梁韓戀愛,轟動了臺灣,遭到群起而攻之。梁的許多弟子,甚至組織起“護師團”,反對這位新師母。旁人認為二人不能結合的理由不外乎是:一、教授對不起亡妻;二、二人年齡懸殊太大;三、二人中一人為讀書人,一人為文藝圈中人,無共同語言,無一起生活的基礎。總之要梁先生保全名聲,厲行“文人有行”,做到“古典”冷靜,不要浪漫無度,應當機立斷,忍痛割愛。無奈梁主意已定,堅定不移,在給友人的信中說:“她是一位正直、善良、熱誠而又慷慨的女性,我知道,我們(指梁、韓)是屬于兩個不同圈子的人,可是,這有什么關系,愛的力量超過一切。”此時已無法分開兩人,梁實秋在返臺與韓菁清團聚之前,曾特意填詞一首慶賀自己的二度婚姻:“文章信美知何用,漫贏得,天涯旅羈,教說與,春來要尋花伴侶。”5月8日,梁韓二人在“國鼎川萊館”正式舉行婚禮。

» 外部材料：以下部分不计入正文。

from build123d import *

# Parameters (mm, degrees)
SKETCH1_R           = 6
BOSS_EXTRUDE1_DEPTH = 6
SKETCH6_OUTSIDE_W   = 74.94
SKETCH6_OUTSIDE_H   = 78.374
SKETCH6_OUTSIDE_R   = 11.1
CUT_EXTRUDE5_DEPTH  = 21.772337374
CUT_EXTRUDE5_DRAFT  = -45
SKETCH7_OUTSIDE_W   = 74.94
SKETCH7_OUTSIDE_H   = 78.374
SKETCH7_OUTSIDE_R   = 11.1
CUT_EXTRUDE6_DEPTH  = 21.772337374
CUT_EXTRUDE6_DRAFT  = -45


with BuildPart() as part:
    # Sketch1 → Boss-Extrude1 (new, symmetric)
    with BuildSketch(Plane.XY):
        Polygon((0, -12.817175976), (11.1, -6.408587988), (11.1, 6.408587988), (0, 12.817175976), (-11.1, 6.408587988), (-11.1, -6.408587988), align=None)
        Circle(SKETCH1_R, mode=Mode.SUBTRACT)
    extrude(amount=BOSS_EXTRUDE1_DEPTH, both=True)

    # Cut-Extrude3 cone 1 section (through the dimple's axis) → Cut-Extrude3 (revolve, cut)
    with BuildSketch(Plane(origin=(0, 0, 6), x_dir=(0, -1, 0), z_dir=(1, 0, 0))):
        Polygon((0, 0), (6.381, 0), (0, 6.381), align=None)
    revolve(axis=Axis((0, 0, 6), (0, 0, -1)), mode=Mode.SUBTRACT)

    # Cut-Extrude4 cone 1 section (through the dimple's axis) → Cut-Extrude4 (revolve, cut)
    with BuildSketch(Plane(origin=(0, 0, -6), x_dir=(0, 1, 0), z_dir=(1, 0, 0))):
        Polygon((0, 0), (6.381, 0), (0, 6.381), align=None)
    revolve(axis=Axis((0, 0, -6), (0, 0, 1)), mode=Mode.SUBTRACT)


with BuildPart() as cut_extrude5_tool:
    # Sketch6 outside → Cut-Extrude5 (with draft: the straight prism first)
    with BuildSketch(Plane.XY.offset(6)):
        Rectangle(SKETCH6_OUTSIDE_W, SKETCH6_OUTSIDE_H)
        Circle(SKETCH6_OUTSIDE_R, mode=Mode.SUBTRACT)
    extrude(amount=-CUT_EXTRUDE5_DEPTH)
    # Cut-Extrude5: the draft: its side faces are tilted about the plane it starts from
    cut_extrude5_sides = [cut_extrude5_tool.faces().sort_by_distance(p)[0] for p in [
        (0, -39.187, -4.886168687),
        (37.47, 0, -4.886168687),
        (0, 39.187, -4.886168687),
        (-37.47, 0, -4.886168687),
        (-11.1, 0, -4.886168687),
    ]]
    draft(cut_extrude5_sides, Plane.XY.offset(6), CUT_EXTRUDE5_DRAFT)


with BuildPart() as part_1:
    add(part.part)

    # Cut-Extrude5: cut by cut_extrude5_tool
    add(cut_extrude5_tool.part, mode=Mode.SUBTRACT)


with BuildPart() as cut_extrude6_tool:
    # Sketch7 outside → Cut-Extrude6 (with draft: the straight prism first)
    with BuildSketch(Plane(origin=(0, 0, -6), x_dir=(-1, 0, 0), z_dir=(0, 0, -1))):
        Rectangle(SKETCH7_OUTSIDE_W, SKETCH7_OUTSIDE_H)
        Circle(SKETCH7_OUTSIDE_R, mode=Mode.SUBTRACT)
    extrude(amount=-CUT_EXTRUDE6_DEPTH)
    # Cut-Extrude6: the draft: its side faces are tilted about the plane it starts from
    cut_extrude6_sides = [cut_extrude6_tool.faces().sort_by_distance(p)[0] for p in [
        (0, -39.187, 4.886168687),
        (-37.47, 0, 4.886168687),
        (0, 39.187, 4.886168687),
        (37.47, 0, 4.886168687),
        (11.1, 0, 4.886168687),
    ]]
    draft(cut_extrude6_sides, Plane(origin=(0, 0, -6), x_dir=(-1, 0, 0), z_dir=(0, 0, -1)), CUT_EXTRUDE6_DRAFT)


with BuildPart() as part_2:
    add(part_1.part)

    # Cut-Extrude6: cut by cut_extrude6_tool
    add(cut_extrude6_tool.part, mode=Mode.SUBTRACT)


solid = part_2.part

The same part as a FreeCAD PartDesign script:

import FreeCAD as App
import Part
import Sketcher
Q = App.Units.Quantity


def faces_at(feature, points):
    """Names of the faces that lie closest to the given points."""
    faces = feature.Shape.Faces
    near = lambda p: min(range(len(faces)), key=lambda i: faces[i].distToShape(Part.Vertex(*p))[0])
    return sorted({f"Face{near(p) + 1}" for p in points})


def add_polygon(sketch, points):
    """Adds a closed chain of lines whose ends are joined by coincident constraints."""
    first, n = sketch.GeometryCount, len(points)
    for a, b in zip(points, points[1:] + points[:1]):
        sketch.addGeometry(Part.LineSegment(App.Vector(*a, 0), App.Vector(*b, 0)), False)
    for i in range(n):
        sketch.addConstraint(Sketcher.Constraint("Coincident", first + i, 2, first + (i + 1) % n, 1))

doc = App.newDocument("Part")
body = doc.addObject("PartDesign::Body", "Body")

sketch1 = body.newObject("Sketcher::SketchObject", "Sketch")
sketch1.AttachmentSupport = (doc.getObject("XY_Plane"), [""])
sketch1.MapMode = "FlatFace"
add_polygon(sketch1, [(0, -12.817176), (11.1, -6.408588), (11.1, 6.408588), (0, 12.817176), (-11.1, 6.408588), (-11.1, -6.408588)])
sketch1.addGeometry(Part.Circle(App.Vector(0, 0, 0), App.Vector(0, 0, 1), 6), False)
sketch1.addConstraint([
    Sketcher.Constraint("Vertical", 1),
    Sketcher.Constraint("Vertical", 4),
    Sketcher.Constraint("Coincident", 6, 3, -1, 1),
    Sketcher.Constraint("Symmetric", 0, 2, 3, 2, -1, 1),
    Sketcher.Constraint("Symmetric", 2, 2, 5, 2, -1, 1),
    Sketcher.Constraint("PointOnObject", 2, 2, -2),
    Sketcher.Constraint("Parallel", 2, 5),
    Sketcher.Constraint("Horizontal", 1, 2, 3, 2),
    Sketcher.Constraint("Diameter", 6, Q("12 mm")),
    Sketcher.Constraint("Angle", 0, Q("30 deg")),
    Sketcher.Constraint("DistanceX", -1, 1, 0, 2, Q("11.1 mm")),
    Sketcher.Constraint("DistanceY", 1, 1, 1, 2, Q("12.817176 mm")),
])
pad1 = body.newObject("PartDesign::Pad", "Pad")
pad1.Profile = sketch1
pad1.Length = 12
pad1.Midplane = True

sketch2 = body.newObject("Sketcher::SketchObject", "Sketch001")
sketch2.AttachmentSupport = (doc.getObject("YZ_Plane"), [""])
sketch2.MapMode = "FlatFace"
add_polygon(sketch2, [(0, 6), (-6.381, 6), (0, -0.381)])
sketch2.addConstraint([
    Sketcher.Constraint("Horizontal", 0),
    Sketcher.Constraint("Vertical", 2),
    Sketcher.Constraint("PointOnObject", 1, 2, -2),
    Sketcher.Constraint("Equal", 0, 2),
    Sketcher.Constraint("DistanceY", -1, 1, 0, 2, Q("6 mm")),
    Sketcher.Constraint("DistanceX", 0, 2, 0, 1, Q("6.381 mm")),
])
groove = body.newObject("PartDesign::Groove", "Groove")
groove.Profile = sketch2
groove.ReferenceAxis = (sketch2, ["V_Axis"])
groove.Angle = 360

sketch3 = body.newObject("Sketcher::SketchObject", "Sketch002")
sketch3.AttachmentSupport = (doc.getObject("YZ_Plane"), [""])
sketch3.MapMode = "FlatFace"
add_polygon(sketch3, [(0, -6), (6.381, -6), (0, 0.381)])
sketch3.addConstraint([
    Sketcher.Constraint("Horizontal", 0),
    Sketcher.Constraint("Vertical", 2),
    Sketcher.Constraint("PointOnObject", 1, 2, -2),
    Sketcher.Constraint("Equal", 0, 2),
    Sketcher.Constraint("DistanceY", 0, 2, -1, 1, Q("6 mm")),
    Sketcher.Constraint("DistanceX", 0, 1, 0, 2, Q("6.381 mm")),
])
groove2 = body.newObject("PartDesign::Groove", "Groove001")
groove2.Profile = sketch3
groove2.ReferenceAxis = (sketch3, ["V_Axis"])
groove2.Angle = 360
body2 = doc.addObject("PartDesign::Body", "Body001")

sketch4 = body2.newObject("Sketcher::SketchObject", "Sketch003")
sketch4.AttachmentSupport = (doc.getObject("XY_Plane001"), [""])
sketch4.MapMode = "FlatFace"
sketch4.AttachmentOffset = App.Placement(App.Vector(0, 0, 6), App.Rotation())
add_polygon(sketch4, [(-37.47, 39.187), (-37.47, -39.187), (37.47, -39.187), (37.47, 39.187)])
sketch4.addGeometry(Part.Circle(App.Vector(0, 0, 0), App.Vector(0, 0, 1), 11.1), False)
sketch4.addConstraint([
    Sketcher.Constraint("Vertical", 0),
    Sketcher.Constraint("Horizontal", 1),
    Sketcher.Constraint("Vertical", 2),
    Sketcher.Constraint("Horizontal", 3),
    Sketcher.Constraint("Coincident", 4, 3, -1, 1),
    Sketcher.Constraint("Symmetric", 0, 2, 2, 2, -1, 1),
    Sketcher.Constraint("Diameter", 4, Q("22.2 mm")),
    Sketcher.Constraint("DistanceX", 1, 1, 1, 2, Q("74.94 mm")),
    Sketcher.Constraint("DistanceY", 0, 2, 0, 1, Q("78.374 mm")),
])
pad2 = body2.newObject("PartDesign::Pad", "Pad001")
pad2.Profile = sketch4
pad2.Length = 21.772337
pad2.Reversed = True
doc.recompute()

datumplane = body2.newObject("PartDesign::Plane", "DatumPlane")
datumplane.AttachmentSupport = (doc.getObject("XY_Plane001"), [""])
datumplane.MapMode = "FlatFace"
datumplane.AttachmentOffset = App.Placement(App.Vector(0, 0, 6), App.Rotation())
draft = body2.newObject("PartDesign::Draft", "Draft")
draft.Base = (pad2, faces_at(pad2, [
    (0, -39.187, -4.886),
    (37.47, 0, -4.886),
    (0, 39.187, -4.886),
    (-37.47, 0, -4.886),
    (-11.1, 0, -4.886),
]))
draft.NeutralPlane = (datumplane, [""])
draft.Angle = 45
draft.Reversed = True
doc.recompute()

boolean = body.newObject("PartDesign::Boolean", "Boolean")
boolean.Type = "Cut"
boolean.addObjects([body2])
body3 = doc.addObject("PartDesign::Body", "Body002")

sketch5 = body3.newObject("Sketcher::SketchObject", "Sketch004")
sketch5.AttachmentSupport = (doc.getObject("XY_Plane002"), [""])
sketch5.MapMode = "FlatFace"
sketch5.AttachmentOffset = App.Placement(App.Vector(0, 0, -6), App.Rotation())
add_polygon(sketch5, [(37.47, 39.187), (37.47, -39.187), (-37.47, -39.187), (-37.47, 39.187)])
sketch5.addGeometry(Part.Circle(App.Vector(0, 0, 0), App.Vector(0, 0, 1), 11.1), False)
sketch5.addConstraint([
    Sketcher.Constraint("Vertical", 0),
    Sketcher.Constraint("Horizontal", 1),
    Sketcher.Constraint("Vertical", 2),
    Sketcher.Constraint("Horizontal", 3),
    Sketcher.Constraint("Coincident", 4, 3, -1, 1),
    Sketcher.Constraint("Symmetric", 0, 2, 2, 2, -1, 1),
    Sketcher.Constraint("Diameter", 4, Q("22.2 mm")),
    Sketcher.Constraint("DistanceX", 1, 2, 1, 1, Q("74.94 mm")),
    Sketcher.Constraint("DistanceY", 0, 2, 0, 1, Q("78.374 mm")),
])
pad3 = body3.newObject("PartDesign::Pad", "Pad002")
pad3.Profile = sketch5
pad3.Length = 21.772337
doc.recompute()

datumplane2 = body3.newObject("PartDesign::Plane", "DatumPlane001")
datumplane2.AttachmentSupport = (doc.getObject("XY_Plane002"), [""])
datumplane2.MapMode = "FlatFace"
datumplane2.AttachmentOffset = App.Placement(App.Vector(0, 0, -6), App.Rotation())
draft2 = body3.newObject("PartDesign::Draft", "Draft001")
draft2.Base = (pad3, faces_at(pad3, [
    (0, -39.187, 4.886),
    (-37.47, 0, 4.886),
    (0, 39.187, 4.886),
    (37.47, 0, 4.886),
    (11.1, 0, 4.886),
]))
draft2.NeutralPlane = (datumplane2, [""])
draft2.Angle = 45
draft2.Reversed = False
doc.recompute()

boolean2 = body.newObject("PartDesign::Boolean", "Boolean001")
boolean2.Type = "Cut"
boolean2.addObjects([body3])

doc.recompute()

梁自己說過:“我是個喜歡家庭的人,14歲以前,舍不得離不開父母。結了婚后,我就一直無法離開太太,不幸她(程季淑)去了,于是,我又成了個沒有家的人。”韓菁清給梁實秋的晚年帶來了“家庭”的幸福,結束了自程季淑去世后開始的凄涼生活。
晚年的梁實秋,身體不算太好,每天早睡早起,從未停止過寫作。夫人韓菁清擔心地說:“八十歲的人了,還在榨腦汁,真可憐。”為此,她還跟出版界的友人開玩笑,請對方發表梁實秋的文章時應多給一點稿酬。
梁實秋80歲生日時,友人送上一首詩賀壽:“秋公八十春不老,敦厚溫柔國之寶,雅舍文光垂宇宙,窗前喜伴青青(指韓菁清)草!”妻子的愛戴、安慰和照料,增加了梁實秋的創作欲,延長了創作生命。夫妻相處的13年,被他們在臺灣文學界的友人稱之為“梁韓的四千多個春天,是令人羨慕的人間愛情佳話”。